Architecture

A question mark (?) after a word, phrase, or diagram component means that item is optional.

OpenScraping Context#

The below diagram illustrates a common example of how OpenScraping is used in a broader context/on a macro scale.

graph TB subgraph A [Client] end A -->|Create Job| B[OpenScraping Job API] subgraph Scraper B -->|Distributes Job to an Agent| C[Agent] C -->|Run, and store in?| D[(Data Store)] end A -->|Retrieve Data| D A -->|Check status| B B -->|Notify Job completed, with data?| A

Agent Execution#

This diagram shows a visual representation of the rough execution flow of any given OSP agent.

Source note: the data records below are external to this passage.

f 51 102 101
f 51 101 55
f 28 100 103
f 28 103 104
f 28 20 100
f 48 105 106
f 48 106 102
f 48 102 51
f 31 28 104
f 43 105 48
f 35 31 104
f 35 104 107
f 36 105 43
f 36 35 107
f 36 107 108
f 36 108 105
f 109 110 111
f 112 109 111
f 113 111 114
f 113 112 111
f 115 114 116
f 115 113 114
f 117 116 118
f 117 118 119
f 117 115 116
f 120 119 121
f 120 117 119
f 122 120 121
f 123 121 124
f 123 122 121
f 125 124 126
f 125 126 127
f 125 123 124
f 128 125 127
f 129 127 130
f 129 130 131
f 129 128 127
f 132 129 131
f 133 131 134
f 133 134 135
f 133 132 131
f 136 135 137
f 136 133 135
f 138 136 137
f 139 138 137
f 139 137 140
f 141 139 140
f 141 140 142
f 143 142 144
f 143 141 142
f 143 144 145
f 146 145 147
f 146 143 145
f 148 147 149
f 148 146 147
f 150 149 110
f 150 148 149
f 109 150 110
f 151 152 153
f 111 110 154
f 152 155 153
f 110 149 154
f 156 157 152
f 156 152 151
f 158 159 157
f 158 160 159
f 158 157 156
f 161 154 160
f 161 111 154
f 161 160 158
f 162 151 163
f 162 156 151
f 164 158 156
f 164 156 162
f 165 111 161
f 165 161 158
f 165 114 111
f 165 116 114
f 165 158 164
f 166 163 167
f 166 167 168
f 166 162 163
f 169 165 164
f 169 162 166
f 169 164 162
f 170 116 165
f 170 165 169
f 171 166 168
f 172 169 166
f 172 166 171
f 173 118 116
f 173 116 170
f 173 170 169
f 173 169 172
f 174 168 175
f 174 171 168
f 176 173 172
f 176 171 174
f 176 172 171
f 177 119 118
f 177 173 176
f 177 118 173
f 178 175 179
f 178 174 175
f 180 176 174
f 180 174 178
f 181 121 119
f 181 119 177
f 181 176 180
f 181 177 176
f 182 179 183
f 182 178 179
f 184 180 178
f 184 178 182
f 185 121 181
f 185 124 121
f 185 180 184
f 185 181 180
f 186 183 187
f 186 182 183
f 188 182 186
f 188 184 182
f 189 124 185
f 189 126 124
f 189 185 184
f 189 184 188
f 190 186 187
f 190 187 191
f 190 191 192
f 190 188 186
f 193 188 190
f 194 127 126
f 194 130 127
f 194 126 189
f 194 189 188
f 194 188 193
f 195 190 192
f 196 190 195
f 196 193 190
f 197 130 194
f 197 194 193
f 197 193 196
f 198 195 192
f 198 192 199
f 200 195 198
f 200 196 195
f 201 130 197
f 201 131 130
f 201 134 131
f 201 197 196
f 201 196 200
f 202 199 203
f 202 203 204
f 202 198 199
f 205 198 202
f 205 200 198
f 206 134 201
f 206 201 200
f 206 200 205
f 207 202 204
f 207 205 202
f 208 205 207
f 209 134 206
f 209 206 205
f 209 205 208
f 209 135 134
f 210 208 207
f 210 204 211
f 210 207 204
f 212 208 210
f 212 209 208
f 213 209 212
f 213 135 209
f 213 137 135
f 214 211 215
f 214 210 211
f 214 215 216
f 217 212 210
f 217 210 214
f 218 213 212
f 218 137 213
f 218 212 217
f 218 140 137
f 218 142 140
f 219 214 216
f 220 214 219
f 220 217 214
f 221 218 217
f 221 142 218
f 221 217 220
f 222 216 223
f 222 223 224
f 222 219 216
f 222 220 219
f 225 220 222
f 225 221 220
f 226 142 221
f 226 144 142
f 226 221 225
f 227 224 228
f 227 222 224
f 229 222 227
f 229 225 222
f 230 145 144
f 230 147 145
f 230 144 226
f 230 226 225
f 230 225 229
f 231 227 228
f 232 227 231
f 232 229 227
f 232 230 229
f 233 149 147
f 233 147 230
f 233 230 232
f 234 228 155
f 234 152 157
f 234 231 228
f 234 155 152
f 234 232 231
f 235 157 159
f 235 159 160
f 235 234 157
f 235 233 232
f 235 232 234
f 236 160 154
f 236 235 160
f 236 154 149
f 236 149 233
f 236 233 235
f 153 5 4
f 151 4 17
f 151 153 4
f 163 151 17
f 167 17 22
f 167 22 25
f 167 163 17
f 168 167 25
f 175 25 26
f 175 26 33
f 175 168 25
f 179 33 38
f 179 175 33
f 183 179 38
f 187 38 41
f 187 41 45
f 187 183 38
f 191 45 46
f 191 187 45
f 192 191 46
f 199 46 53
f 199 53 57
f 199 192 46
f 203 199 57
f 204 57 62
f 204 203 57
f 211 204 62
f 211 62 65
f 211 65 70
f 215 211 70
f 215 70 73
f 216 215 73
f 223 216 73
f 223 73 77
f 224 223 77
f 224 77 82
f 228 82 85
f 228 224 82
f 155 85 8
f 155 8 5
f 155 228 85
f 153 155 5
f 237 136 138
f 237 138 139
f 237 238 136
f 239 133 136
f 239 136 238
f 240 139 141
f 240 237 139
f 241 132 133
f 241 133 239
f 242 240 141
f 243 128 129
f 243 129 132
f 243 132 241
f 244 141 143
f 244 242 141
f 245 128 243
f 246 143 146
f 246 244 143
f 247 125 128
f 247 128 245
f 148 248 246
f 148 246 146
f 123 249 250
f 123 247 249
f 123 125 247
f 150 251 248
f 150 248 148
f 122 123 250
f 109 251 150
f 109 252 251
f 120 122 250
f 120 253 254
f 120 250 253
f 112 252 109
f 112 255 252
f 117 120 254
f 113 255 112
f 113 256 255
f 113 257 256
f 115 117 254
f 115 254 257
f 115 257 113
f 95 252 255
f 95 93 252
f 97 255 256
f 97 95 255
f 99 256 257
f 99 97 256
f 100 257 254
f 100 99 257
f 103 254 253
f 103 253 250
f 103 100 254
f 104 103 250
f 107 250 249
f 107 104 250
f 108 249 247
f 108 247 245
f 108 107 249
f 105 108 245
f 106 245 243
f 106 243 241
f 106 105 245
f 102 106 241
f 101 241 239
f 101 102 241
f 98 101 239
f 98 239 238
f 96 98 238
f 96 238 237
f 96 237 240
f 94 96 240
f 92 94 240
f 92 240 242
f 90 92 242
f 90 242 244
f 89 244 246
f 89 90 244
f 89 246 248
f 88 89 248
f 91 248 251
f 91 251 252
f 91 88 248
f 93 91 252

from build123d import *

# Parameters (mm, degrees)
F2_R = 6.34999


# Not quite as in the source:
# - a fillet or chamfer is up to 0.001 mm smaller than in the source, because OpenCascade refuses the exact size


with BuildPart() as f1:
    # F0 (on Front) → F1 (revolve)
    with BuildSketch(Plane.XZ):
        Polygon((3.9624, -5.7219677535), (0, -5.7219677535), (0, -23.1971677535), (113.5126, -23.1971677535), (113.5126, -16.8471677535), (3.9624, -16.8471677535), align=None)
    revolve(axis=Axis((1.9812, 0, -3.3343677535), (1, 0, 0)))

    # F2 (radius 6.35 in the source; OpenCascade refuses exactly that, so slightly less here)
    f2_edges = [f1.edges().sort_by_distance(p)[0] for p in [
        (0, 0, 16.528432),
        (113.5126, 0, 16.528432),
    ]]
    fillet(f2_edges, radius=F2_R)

graph TB B[Job Service] -->|Fetch job for agent| C[Requestor] subgraph Agent C --> D[Matcher 1] C --> K[Matcher 2] K --> J[No Match, end] C --> L[... Matcher N] L --> J[No Match, end] subgraph Matcher Processing D --> E[Parser?] E --> F[Extractor] F --> G[Generator?] end end G -->|Store relevant data| H[Data Service]

The Requestor accesses the network. TODO: Matchers are run in parallel to improve performance. Each Matcher Processing operation is run sequentially and synchronously on that Matcher's thread.